Lure of money set to empty oceans

Afriend of mine who lives in the picturesque port city of Otaru, western Hokkaido, is a fish-hunter. He loves to dive, and hunts for fish with a spear gun — seafood is his manna from heaven.

Visiting him for dinner recently, I was astonished by a creature on my plate that I had not encountered before — though that is not so difficult in a country with a seemingly greater range of seafood available for consumption than any other.

This creature was like a huge krill or shrimp, somewhat like the kind that I grew up in Britain calling a “prawn.” But what was most strange about it, were its front appendages, which were just like the arms of a preying mantis.

Some investigation revealed that this was Squilla oratoria, and its vernacular name is, not surprisingly, Japanese mantis shrimp (shako in Japanese). The search for that information led me to an interesting Web site (aquadb.nrifs.affrc.go.jp/~aquadb/index.html), which you might find a useful starting point for any quest for information about marine life.

Such a quest would be nothing if not timely, since marine matters have been much in the news of late.
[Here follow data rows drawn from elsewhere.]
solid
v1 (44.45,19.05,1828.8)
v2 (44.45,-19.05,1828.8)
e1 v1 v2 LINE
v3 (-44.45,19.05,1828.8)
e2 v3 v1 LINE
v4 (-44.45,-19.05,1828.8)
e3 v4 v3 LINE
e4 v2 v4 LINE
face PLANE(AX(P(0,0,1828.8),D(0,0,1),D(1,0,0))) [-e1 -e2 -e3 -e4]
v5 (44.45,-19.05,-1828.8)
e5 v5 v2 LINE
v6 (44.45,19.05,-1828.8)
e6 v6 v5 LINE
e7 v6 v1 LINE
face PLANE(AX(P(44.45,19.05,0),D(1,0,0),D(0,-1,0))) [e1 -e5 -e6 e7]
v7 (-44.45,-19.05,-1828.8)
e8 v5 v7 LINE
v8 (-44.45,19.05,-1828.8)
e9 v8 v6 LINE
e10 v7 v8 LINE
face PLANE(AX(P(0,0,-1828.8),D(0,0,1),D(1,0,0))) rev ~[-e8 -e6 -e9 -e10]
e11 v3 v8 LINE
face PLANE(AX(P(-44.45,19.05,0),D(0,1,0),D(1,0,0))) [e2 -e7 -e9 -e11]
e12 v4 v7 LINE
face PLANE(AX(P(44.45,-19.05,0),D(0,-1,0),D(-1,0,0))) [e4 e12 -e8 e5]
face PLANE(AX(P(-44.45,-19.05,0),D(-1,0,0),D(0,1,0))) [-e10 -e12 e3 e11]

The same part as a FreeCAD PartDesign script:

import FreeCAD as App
import Part
import Sketcher
from FreeCAD import Vector
Q = App.Units.Quantity


def add_polygon(sketch, points):
    """Adds a closed chain of lines whose ends are joined by coincident constraints."""
    first, n = sketch.GeometryCount, len(points)
    for a, b in zip(points, points[1:] + points[:1]):
        sketch.addGeometry(Part.LineSegment(App.Vector(*a, 0), App.Vector(*b, 0)), False)
    for i in range(n):
        sketch.addConstraint(Sketcher.Constraint("Coincident", first + i, 2, first + (i + 1) % n, 1))

doc = App.newDocument("Part")
body = doc.addObject("PartDesign::Body", "Body")

sketch1 = doc.addObject("Sketcher::SketchObject", "Sketch")
body.addObject(sketch1)
sketch1.AttachmentSupport = (doc.XY_Plane, [""])
sketch1.MapMode = "FlatFace"
add_polygon(sketch1, [(-44.45, -19.05), (44.45, -19.05), (44.45, 19.05), (-44.45, 19.05)])
sketch1.addConstraint([
    Sketcher.Constraint("Horizontal", 0),
    Sketcher.Constraint("Vertical", 1),
    Sketcher.Constraint("Horizontal", 2),
    Sketcher.Constraint("Vertical", 3),
    Sketcher.Constraint("Symmetric", 0, 2, 2, 2, -1, 1),
    Sketcher.Constraint("DistanceX", 0, 1, 0, 2, Q("3.5 in")),
    Sketcher.Constraint("DistanceY", 1, 1, 1, 2, Q("1.5 in")),
])
pad1 = doc.addObject("PartDesign::Pad", "Pad")
body.addObject(pad1)
pad1.Profile = sketch1
pad1.Length = Q("144 in")
pad1.Midplane = True

doc.recompute()
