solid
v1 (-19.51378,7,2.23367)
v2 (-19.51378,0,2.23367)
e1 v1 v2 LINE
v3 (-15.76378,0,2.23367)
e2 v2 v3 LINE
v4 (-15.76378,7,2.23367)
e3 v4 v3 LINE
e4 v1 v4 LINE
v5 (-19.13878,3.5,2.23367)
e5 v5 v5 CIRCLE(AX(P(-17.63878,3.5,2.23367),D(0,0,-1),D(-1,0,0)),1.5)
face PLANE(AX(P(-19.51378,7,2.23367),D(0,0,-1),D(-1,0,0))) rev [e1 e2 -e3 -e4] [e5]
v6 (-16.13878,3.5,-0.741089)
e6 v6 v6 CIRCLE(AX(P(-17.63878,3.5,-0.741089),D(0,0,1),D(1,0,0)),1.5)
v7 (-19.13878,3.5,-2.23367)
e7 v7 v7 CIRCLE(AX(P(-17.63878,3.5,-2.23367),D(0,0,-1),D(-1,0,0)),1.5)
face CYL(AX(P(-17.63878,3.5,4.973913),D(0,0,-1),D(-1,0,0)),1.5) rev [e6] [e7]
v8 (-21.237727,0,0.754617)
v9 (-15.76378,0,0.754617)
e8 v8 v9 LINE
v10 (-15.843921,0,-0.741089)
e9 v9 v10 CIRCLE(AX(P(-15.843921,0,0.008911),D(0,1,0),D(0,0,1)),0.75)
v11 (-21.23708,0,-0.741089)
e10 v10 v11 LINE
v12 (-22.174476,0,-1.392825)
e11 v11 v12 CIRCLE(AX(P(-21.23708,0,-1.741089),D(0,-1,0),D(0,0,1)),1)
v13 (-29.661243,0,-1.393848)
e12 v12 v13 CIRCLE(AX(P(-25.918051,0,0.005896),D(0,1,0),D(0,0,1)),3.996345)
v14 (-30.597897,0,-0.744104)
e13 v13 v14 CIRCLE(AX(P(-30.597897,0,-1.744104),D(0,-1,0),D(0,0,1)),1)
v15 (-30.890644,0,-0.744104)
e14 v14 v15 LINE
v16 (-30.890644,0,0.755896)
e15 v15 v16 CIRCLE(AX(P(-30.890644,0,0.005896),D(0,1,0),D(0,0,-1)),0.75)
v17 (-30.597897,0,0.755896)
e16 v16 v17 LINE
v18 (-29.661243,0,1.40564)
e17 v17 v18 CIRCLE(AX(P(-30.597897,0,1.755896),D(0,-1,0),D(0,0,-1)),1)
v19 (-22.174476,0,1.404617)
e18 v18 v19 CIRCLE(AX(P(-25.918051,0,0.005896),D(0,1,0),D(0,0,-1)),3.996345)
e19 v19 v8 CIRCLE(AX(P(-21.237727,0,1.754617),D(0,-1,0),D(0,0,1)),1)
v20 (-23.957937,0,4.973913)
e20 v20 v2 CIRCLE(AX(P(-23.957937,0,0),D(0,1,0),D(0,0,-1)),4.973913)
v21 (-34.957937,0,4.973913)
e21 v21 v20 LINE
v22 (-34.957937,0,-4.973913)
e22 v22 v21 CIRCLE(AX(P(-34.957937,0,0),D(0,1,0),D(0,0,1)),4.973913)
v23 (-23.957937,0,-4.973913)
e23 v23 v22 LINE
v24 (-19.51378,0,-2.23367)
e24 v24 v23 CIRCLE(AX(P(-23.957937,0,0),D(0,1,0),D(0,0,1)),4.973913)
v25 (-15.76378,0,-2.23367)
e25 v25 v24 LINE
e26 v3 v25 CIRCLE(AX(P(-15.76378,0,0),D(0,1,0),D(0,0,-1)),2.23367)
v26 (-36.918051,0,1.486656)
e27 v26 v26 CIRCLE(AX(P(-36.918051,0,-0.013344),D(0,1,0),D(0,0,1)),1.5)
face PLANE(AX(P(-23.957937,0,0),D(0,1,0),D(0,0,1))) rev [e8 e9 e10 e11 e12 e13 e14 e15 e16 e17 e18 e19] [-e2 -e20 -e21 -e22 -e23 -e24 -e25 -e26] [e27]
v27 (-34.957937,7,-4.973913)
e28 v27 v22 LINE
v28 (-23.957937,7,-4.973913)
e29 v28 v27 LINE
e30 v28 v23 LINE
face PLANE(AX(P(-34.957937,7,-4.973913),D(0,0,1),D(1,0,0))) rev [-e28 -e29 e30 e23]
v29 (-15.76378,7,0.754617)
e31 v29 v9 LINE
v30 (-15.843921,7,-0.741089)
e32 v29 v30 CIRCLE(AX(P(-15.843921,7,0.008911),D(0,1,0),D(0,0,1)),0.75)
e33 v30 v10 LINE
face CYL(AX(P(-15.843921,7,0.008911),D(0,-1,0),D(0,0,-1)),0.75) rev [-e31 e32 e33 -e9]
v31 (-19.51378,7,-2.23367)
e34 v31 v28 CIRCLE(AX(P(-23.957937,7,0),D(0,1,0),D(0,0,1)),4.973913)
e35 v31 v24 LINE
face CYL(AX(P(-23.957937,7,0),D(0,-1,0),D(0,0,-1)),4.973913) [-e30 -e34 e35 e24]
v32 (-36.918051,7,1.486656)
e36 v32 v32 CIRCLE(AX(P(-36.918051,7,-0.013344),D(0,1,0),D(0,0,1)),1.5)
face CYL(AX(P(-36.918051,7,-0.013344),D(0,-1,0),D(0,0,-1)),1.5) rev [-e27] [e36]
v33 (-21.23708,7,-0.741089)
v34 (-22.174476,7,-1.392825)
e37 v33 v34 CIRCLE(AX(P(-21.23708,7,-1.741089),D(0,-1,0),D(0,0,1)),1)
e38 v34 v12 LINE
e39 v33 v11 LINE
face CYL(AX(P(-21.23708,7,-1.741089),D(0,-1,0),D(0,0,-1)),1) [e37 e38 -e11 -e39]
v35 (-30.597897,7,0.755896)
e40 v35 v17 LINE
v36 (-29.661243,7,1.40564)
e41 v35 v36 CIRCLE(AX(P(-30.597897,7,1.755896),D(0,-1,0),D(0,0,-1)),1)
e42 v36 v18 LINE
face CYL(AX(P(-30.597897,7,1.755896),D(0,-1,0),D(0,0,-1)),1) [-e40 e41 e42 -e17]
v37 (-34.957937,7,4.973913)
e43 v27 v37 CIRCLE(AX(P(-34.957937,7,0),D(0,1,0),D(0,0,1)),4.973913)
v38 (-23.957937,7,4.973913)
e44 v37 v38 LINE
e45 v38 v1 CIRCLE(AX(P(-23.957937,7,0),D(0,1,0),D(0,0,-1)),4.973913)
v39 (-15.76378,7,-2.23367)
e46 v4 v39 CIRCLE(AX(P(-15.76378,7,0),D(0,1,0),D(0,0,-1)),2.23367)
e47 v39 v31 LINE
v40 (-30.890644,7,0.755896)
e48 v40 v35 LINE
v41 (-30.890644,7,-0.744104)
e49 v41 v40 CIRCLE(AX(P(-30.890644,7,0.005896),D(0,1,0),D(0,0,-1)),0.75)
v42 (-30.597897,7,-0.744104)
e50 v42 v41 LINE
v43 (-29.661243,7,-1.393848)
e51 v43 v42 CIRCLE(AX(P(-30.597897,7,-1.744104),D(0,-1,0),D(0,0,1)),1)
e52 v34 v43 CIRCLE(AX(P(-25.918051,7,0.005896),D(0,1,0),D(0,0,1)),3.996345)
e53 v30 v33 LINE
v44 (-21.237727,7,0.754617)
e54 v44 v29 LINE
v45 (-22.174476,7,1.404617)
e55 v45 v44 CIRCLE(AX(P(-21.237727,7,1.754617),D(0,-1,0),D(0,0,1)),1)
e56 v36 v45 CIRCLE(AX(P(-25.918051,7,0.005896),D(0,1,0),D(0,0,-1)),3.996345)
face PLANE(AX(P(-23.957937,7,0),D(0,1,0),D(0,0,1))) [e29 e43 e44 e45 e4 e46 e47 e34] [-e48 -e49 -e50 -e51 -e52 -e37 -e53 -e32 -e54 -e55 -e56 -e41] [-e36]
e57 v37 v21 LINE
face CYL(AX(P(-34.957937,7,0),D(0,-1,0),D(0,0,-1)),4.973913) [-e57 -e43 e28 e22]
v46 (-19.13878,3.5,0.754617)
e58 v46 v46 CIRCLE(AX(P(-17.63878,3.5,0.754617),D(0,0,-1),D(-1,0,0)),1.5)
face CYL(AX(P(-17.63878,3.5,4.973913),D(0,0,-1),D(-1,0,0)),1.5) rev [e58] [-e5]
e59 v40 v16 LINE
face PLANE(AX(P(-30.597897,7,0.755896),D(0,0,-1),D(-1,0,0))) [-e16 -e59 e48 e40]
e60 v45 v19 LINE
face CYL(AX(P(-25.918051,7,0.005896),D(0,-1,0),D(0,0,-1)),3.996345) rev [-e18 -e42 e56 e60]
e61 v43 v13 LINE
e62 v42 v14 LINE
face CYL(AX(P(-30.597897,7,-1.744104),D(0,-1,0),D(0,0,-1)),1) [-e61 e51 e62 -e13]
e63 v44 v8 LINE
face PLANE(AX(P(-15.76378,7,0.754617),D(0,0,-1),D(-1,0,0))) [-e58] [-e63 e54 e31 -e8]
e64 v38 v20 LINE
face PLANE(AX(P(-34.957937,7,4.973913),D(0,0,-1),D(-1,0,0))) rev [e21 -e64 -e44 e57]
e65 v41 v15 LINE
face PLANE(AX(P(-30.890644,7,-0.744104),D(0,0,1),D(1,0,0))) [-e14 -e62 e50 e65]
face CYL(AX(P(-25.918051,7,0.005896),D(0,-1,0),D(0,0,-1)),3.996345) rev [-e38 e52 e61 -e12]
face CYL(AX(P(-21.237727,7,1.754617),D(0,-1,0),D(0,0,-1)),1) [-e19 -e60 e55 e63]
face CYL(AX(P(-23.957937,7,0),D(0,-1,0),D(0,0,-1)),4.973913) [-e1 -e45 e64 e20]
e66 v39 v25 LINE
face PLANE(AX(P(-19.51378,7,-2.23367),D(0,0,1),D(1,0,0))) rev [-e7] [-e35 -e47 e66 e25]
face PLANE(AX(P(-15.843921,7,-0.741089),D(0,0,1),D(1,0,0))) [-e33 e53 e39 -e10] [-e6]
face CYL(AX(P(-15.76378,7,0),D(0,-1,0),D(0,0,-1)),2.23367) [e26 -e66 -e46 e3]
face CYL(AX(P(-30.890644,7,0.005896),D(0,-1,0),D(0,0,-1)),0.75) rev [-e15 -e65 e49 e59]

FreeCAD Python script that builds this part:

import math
import FreeCAD as App
import Part
import Sketcher

doc = App.newDocument("Part")
body = doc.addObject("PartDesign::Body", "Body")

# Sketch on XZ plane
sketch1 = doc.addObject("Sketcher::SketchObject", "Sketch")
body.addObject(sketch1)
sketch1.AttachmentSupport = (doc.XZ_Plane, [""])
sketch1.MapMode = "FlatFace"
sketch1.addGeometry(Part.LineSegment(App.Vector(-15.8, -2.2, 0), App.Vector(-19.5, -2.2, 0)), False)
sketch1.addGeometry(Part.ArcOfCircle(Part.Circle(App.Vector(-24, 0, 0), App.Vector(0, 0, 1), 5), math.radians(-90), math.radians(-27)), False)
sketch1.addGeometry(Part.LineSegment(App.Vector(-24, -5, 0), App.Vector(-35, -5, 0)), False)
sketch1.addGeometry(Part.ArcOfCircle(Part.Circle(App.Vector(-35, 0, 0), App.Vector(0, 0, 1), 5), math.radians(90), math.radians(270)), False)
sketch1.addGeometry(Part.LineSegment(App.Vector(-35, 5, 0), App.Vector(-24, 5, 0)), False)
sketch1.addGeometry(Part.ArcOfCircle(Part.Circle(App.Vector(-24, 0, 0), App.Vector(0, 0, 1), 5), math.radians(27), math.radians(90)), False)
sketch1.addGeometry(Part.LineSegment(App.Vector(-19.5, 2.2, 0), App.Vector(-15.8, 2.2, 0)), False)
sketch1.addGeometry(Part.ArcOfCircle(Part.Circle(App.Vector(-15.8, 0, 0), App.Vector(0, 0, 1), 2.2), math.radians(-90), math.radians(90)), False)
sketch1.addConstraint(Sketcher.Constraint("Coincident", 0, 2, 1, 2))
sketch1.addConstraint(Sketcher.Constraint("Tangent", 1, 1, 2, 1))
sketch1.addConstraint(Sketcher.Constraint("Tangent", 2, 2, 3, 2))
sketch1.addConstraint(Sketcher.Constraint("Tangent", 3, 1, 4, 1))
sketch1.addConstraint(Sketcher.Constraint("Tangent", 4, 2, 5, 2))
sketch1.addConstraint(Sketcher.Constraint("Coincident", 5, 1, 6, 1))
sketch1.addConstraint(Sketcher.Constraint("Tangent", 6, 2, 7, 2))
sketch1.addConstraint(Sketcher.Constraint("Tangent", 7, 1, 0, 1))
sketch1.addConstraint(Sketcher.Constraint("Horizontal", 0))
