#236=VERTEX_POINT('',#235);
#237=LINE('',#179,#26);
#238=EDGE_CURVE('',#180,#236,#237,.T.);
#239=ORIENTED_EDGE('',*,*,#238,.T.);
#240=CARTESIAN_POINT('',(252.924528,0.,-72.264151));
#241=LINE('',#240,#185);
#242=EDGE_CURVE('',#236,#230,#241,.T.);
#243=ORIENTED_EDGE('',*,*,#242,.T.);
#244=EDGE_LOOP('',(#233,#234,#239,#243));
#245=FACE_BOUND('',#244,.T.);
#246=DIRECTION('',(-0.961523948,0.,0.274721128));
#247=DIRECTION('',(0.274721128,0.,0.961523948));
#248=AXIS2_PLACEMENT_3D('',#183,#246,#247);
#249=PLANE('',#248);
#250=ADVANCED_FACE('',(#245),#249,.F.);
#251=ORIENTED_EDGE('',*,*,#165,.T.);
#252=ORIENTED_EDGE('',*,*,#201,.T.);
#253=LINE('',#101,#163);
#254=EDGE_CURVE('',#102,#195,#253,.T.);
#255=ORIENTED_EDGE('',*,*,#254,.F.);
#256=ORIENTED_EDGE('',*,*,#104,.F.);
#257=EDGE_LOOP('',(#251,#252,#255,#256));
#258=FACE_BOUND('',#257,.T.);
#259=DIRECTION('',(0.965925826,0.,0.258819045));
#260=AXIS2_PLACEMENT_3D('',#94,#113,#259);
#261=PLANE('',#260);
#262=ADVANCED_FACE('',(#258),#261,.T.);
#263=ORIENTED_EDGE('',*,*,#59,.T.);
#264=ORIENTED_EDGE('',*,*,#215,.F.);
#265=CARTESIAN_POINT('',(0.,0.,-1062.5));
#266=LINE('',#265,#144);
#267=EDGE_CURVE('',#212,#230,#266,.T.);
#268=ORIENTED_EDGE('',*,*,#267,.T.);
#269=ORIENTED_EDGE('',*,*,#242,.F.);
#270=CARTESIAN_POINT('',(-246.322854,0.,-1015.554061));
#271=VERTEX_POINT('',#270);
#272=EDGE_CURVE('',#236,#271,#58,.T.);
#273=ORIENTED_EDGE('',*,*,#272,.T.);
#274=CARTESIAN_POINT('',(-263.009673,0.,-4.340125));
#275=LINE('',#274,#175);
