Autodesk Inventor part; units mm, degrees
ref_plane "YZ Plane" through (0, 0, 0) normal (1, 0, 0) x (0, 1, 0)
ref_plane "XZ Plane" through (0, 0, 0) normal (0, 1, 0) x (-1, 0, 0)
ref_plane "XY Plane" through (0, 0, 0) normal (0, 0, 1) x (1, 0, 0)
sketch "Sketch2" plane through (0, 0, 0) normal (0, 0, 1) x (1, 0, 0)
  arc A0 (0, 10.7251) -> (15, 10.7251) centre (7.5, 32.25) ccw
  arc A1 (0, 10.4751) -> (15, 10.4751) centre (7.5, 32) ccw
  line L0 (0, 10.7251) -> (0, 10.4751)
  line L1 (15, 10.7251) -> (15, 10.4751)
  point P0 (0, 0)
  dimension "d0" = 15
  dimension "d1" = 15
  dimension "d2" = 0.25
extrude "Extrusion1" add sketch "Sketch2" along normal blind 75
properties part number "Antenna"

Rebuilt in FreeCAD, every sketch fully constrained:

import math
import FreeCAD as App
import Part
import Sketcher
Q = App.Units.Quantity

doc = App.newDocument("Part")
body = doc.addObject("PartDesign::Body", "Body")

# Sketch on XY plane
sketch1 = doc.addObject("Sketcher::SketchObject", "Sketch")
body.addObject(sketch1)
sketch1.AttachmentSupport = (doc.XY_Plane, [""])
sketch1.MapMode = "FlatFace"
sketch1.addGeometry(Part.ArcOfCircle(Part.Circle(App.Vector(7.5, 32.25, 0), App.Vector(0, 0, 1), 22.79), math.radians(-109), math.radians(-71)), False)
sketch1.addGeometry(Part.LineSegment(App.Vector(0, 10.73, 0), App.Vector(0, 10.48, 0)), False)
sketch1.addGeometry(Part.ArcOfCircle(Part.Circle(App.Vector(7.5, 32, 0), App.Vector(0, 0, 1), 22.79), math.radians(-109), math.radians(-71)), False)
sketch1.addGeometry(Part.LineSegment(App.Vector(15, 10.48, 0), App.Vector(15, 10.73, 0)), False)
sketch1.addConstraint(Sketcher.Constraint("Coincident", 0, 1, 1, 1))
sketch1.addConstraint(Sketcher.Constraint("Coincident", 1, 2, 2, 1))
sketch1.addConstraint(Sketcher.Constraint("Coincident", 2, 2, 3, 1))
sketch1.addConstraint(Sketcher.Constraint("Coincident", 3, 2, 0, 2))
sketch1.addConstraint(Sketcher.Constraint("Vertical", 1))
sketch1.addConstraint(Sketcher.Constraint("Vertical", 3))
sketch1.addConstraint(Sketcher.Constraint("Equal", 0, 2))
sketch1.addConstraint(Sketcher.Constraint("PointOnObject", 0, 1, -2))
sketch1.addConstraint(Sketcher.Constraint("Horizontal", 1, 2, 2, 2))
sketch1.addConstraint(Sketcher.Constraint("Horizontal", 0, 1, 3, 2))
sketch1.addConstraint(Sketcher.Constraint("DistanceX", -1, 1, 2, 2, Q("15 mm")))
sketch1.addConstraint(Sketcher.Constraint("DistanceY", 1, 2, 1, 1, Q("0.25 mm")))
sketch1.addConstraint(Sketcher.Constraint("DistanceY", -1, 1, 2, 3, Q("32 mm")))
sketch1.addConstraint(Sketcher.Constraint("Radius", 0, Q("22.794 mm")))
pad1 = doc.addObject("PartDesign::Pad", "Pad")
body.addObject(pad1)
pad1.Profile = sketch1
pad1.Length = 75

doc.recompute()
There has been the Japanese government admitting to having been overfishing southern bluefin tuna, and so having its annual quota cut in half for five years; Iceland commencing commercial whaling with the recent catch of an endangered 20-meter-long fin whale; and a Japanese Fisheries Agency report recommending halving the catch or imposing a ban on catching walleye pollack (suketo-dara in Japanese), fishing for which has been banned in the Bering Sea — where they are known as Alaska pollack — since 1993).

High mercury levels

In addition, there was news revealed in The Japan Times on Nov. 1 that the Taiji dolphin hunt in Wakayama Prefecture is taking animals with extremely high levels of mercury and providing them for sale to consumers; and BBC television also broadcast a prime-time news item on the fate of global fish stocks, citing evidence that the majority of commercial fishery stocks will be effectively extinct by the late 2040s.

So much news about the marine environment, and none of it good, points to an alarming shift in marine resources from being seemingly inexhaustible, to almost gone. How is it then that people in Japan can consume marine products as if they will last forever? That is something I have pondered long and hard, and I wonder whether a simple “wheel” analogy isn’t a reasonable explanation — but more of that later.

My first exposure to a frenetic fishery came one winter’s night on the Shiretoko Peninsula in Hokkaido’s far northeast. I recall my first visit there to the town of Rausu; it must have been sometime in 1982 or 1983. It was after dark, snow was lashing down, and Rausu harbor was ablaze with lights. Gangs of workers clad in oilskins were hunkered down on the rear decks of each of dozens of fishing boats, deftly flicking fish from heaps of nets with hand hooks as the snow cascaded around them. Crates of fish — walleye pollack — were being tossed onto conveyor belts, and rows of trucks were being loaded to take the catch far to the south out of town.

Over the years, I watched Rausu boom: new roads with bigger snow tunnels, new houses (ever larger) and new harbor walls were all constructed on the back of that endless marine cornucopia.

Meanwhile, newer and newer boats appeared, and I saw the fleet leaving harbor before dawn each day (I was there to watch Steller’s eagles) like a flickering constellation of lights on the dark and icy waters of the channel separating Hokkaido from Kunashiri Island.

The fleet worked pretty much round-the-clock. Gangs of seasonal workers helped unload up to three catches a day, and the fishing boats came back to harbor so ladened down with their catches that they looked likely to sink.